News: Downtime on 14/01/2024 - Cause and Our Follow up
Dear JimatHosting user,
our vendor received an update request from Cloudlinux (our security provider), requesting an update to patch certain vulnerability. This also involved a kernel update which require a reboot at a later time.
Our vendor requested our permission first, to which we gave a green light.
As this is happening to all 15 server, 14 of them is running the update normally. Reboot is also happening normally.
On our last server, unexpected issue crops up upon rebooting, in which a hard disk is not detected upon reboot.
As our attempt to connect to our IPMI is not working, we have dispatched our engineer to the Data Center.
Upon arriving, our engineer noticed that the server is not up.
They have shut down the server for 5 minutes. And attempt to start it again.
The usual slot-out-slot-in is also executed to make sure hard disk connection is working correctly.
All the method above is not working.
Our enginner now have to restore that particular hard disk.
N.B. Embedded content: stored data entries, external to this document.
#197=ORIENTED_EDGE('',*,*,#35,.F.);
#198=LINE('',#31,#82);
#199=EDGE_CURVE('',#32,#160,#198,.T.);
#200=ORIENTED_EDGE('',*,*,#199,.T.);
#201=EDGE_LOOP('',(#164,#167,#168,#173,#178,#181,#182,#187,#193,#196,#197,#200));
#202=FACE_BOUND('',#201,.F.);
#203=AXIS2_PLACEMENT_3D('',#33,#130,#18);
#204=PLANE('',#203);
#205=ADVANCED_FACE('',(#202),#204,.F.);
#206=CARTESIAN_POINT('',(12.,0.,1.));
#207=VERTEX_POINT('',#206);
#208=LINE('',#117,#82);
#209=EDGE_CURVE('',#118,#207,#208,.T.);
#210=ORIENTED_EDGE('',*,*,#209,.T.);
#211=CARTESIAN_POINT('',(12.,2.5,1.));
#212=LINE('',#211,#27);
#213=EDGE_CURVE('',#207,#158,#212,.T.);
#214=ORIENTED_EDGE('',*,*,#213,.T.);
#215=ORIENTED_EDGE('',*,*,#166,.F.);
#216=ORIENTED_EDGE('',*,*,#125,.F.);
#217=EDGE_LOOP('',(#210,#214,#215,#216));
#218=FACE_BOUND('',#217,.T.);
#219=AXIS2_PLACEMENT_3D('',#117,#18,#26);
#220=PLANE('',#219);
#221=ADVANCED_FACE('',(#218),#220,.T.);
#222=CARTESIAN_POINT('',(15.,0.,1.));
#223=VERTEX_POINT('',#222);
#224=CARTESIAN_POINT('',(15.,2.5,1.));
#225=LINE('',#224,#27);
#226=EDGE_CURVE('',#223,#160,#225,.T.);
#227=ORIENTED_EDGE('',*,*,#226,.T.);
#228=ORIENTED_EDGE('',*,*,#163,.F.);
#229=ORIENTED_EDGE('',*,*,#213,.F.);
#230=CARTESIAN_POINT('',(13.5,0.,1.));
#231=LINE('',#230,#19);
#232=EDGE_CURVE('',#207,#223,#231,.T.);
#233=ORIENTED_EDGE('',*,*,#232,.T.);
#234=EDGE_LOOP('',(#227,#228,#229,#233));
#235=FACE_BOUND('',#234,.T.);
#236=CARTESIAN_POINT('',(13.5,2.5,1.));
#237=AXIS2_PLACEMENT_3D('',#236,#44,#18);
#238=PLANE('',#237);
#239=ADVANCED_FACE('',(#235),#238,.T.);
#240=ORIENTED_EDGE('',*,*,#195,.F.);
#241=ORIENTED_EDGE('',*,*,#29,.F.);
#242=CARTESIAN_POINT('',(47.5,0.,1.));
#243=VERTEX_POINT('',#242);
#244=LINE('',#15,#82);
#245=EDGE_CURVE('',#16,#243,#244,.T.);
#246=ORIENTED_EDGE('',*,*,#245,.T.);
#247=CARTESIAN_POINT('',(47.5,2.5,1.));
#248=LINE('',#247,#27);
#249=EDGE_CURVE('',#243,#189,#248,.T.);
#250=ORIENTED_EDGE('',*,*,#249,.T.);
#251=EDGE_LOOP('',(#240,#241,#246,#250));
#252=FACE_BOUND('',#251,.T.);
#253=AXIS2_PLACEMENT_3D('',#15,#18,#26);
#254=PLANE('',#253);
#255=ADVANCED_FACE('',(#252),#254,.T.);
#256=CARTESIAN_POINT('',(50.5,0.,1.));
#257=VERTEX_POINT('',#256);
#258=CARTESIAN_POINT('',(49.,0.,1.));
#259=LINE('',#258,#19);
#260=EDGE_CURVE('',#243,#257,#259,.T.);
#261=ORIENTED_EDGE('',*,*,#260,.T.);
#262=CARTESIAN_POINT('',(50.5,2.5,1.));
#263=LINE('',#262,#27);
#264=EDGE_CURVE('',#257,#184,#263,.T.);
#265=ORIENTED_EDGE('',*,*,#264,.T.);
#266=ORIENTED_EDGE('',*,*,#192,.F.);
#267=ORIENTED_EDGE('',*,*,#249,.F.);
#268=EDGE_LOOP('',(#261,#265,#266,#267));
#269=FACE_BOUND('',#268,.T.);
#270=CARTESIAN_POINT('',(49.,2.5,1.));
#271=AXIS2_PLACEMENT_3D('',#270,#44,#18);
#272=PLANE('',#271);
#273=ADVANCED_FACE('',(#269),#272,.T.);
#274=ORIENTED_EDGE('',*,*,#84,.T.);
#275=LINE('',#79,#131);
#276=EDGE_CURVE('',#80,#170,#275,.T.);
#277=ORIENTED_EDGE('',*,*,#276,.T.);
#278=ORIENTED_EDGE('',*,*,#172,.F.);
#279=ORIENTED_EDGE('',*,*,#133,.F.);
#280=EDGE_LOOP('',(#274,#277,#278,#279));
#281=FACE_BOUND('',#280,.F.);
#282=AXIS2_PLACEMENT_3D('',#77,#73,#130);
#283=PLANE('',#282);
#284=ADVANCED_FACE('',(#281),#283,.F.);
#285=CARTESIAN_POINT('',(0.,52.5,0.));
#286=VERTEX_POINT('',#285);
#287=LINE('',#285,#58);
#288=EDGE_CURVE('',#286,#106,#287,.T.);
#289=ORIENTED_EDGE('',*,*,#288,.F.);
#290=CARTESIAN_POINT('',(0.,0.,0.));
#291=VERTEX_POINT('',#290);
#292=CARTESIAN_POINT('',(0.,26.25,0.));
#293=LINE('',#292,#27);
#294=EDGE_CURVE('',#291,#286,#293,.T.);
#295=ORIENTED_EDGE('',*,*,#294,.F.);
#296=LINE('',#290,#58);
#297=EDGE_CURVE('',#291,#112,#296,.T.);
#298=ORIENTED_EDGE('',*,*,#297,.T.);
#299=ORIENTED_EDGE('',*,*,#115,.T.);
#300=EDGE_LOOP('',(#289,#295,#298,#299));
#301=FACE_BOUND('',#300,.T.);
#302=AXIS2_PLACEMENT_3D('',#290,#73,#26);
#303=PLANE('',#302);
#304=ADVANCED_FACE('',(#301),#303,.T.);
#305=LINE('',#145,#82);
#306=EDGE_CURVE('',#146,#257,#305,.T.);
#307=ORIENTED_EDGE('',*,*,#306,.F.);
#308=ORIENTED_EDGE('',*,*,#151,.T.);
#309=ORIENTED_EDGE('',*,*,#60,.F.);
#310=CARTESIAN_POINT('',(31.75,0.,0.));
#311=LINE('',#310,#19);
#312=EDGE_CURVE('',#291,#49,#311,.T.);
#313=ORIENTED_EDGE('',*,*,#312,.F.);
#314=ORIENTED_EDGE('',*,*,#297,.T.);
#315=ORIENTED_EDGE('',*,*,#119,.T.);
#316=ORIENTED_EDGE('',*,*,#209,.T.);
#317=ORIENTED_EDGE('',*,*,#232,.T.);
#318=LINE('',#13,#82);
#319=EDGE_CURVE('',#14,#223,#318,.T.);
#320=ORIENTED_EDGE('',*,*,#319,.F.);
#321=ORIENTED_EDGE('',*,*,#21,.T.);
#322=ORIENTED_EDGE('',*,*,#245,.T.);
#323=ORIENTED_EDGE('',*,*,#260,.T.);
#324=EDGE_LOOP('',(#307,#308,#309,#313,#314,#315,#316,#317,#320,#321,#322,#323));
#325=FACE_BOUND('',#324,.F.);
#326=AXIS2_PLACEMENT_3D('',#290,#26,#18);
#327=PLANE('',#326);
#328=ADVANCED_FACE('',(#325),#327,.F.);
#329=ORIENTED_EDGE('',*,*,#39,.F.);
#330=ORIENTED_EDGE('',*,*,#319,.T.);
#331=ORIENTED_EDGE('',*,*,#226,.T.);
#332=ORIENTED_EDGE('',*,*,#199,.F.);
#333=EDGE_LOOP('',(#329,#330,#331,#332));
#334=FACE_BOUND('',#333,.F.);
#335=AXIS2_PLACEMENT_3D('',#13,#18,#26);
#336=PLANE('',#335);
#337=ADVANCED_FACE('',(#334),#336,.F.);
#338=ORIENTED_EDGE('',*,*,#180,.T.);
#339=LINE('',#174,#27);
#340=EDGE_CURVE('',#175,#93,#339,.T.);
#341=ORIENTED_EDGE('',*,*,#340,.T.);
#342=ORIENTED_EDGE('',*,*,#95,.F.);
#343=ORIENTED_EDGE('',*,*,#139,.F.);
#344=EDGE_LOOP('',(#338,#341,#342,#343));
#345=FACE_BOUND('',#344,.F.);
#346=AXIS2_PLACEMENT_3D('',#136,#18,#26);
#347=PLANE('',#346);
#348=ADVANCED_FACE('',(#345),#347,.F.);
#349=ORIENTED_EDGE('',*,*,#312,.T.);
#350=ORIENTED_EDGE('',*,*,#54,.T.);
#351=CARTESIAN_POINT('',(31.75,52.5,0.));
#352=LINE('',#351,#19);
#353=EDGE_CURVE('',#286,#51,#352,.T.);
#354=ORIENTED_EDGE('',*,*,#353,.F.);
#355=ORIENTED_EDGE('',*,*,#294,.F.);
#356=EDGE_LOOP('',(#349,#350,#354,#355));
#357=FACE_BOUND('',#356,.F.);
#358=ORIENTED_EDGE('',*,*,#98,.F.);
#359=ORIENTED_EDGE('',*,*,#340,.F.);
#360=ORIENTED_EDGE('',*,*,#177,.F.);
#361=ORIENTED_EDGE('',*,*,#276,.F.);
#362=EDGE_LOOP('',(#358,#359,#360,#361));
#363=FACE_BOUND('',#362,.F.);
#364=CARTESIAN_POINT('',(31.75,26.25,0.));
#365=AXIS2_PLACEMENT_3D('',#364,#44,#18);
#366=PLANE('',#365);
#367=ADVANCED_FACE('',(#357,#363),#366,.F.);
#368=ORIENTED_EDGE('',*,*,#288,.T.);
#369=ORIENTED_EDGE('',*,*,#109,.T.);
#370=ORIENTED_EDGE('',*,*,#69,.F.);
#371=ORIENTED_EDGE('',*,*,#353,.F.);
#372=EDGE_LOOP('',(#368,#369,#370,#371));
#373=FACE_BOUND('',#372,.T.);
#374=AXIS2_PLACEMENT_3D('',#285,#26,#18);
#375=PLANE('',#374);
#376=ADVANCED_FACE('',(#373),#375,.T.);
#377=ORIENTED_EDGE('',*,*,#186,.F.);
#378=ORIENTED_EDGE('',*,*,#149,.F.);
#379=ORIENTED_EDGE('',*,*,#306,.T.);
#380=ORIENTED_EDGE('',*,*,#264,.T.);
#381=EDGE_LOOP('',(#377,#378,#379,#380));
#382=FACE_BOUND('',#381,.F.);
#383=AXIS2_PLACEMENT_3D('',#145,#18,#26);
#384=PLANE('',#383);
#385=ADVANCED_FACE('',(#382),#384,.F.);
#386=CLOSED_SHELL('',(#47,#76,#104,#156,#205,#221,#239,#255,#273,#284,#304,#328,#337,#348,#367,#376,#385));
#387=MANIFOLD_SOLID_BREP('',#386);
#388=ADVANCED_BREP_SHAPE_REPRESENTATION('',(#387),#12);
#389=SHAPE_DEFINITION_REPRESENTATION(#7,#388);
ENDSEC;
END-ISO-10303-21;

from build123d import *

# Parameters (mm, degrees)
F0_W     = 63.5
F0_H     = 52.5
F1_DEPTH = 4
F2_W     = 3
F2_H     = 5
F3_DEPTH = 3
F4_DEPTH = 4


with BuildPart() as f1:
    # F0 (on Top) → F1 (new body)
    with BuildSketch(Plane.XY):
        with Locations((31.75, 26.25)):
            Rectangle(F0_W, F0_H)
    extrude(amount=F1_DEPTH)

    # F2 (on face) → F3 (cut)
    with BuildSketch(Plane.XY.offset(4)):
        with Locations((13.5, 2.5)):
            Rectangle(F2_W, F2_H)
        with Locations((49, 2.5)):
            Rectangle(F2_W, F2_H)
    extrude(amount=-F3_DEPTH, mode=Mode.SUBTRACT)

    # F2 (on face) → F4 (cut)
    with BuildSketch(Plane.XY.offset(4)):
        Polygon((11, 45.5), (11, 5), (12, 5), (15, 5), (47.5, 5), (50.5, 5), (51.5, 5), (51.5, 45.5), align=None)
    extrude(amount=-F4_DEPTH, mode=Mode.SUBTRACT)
And restore the grub.
Hard disk restoration is completed, however the setting for all the cpanel has been resetted, so our user can enter cPanel, however no website is up.
This prompt further check.
Our engineer noticed that the /home folder for all our user is jumbled up, some folder which is supposed to be in /home5 ended up in /home6
This means that our fstab is not mounting-mapping it correctly.
After all the fix, the server is now up.
Our Follow Up Solution
We believed this is the second time this issue happens with the same server within 1 month, which is not acceptable. We are in the middle of purchasing a new server and will be migrating all our client to the new server within 3-4 weeks.
Meanwhile, we will monitor the server closely.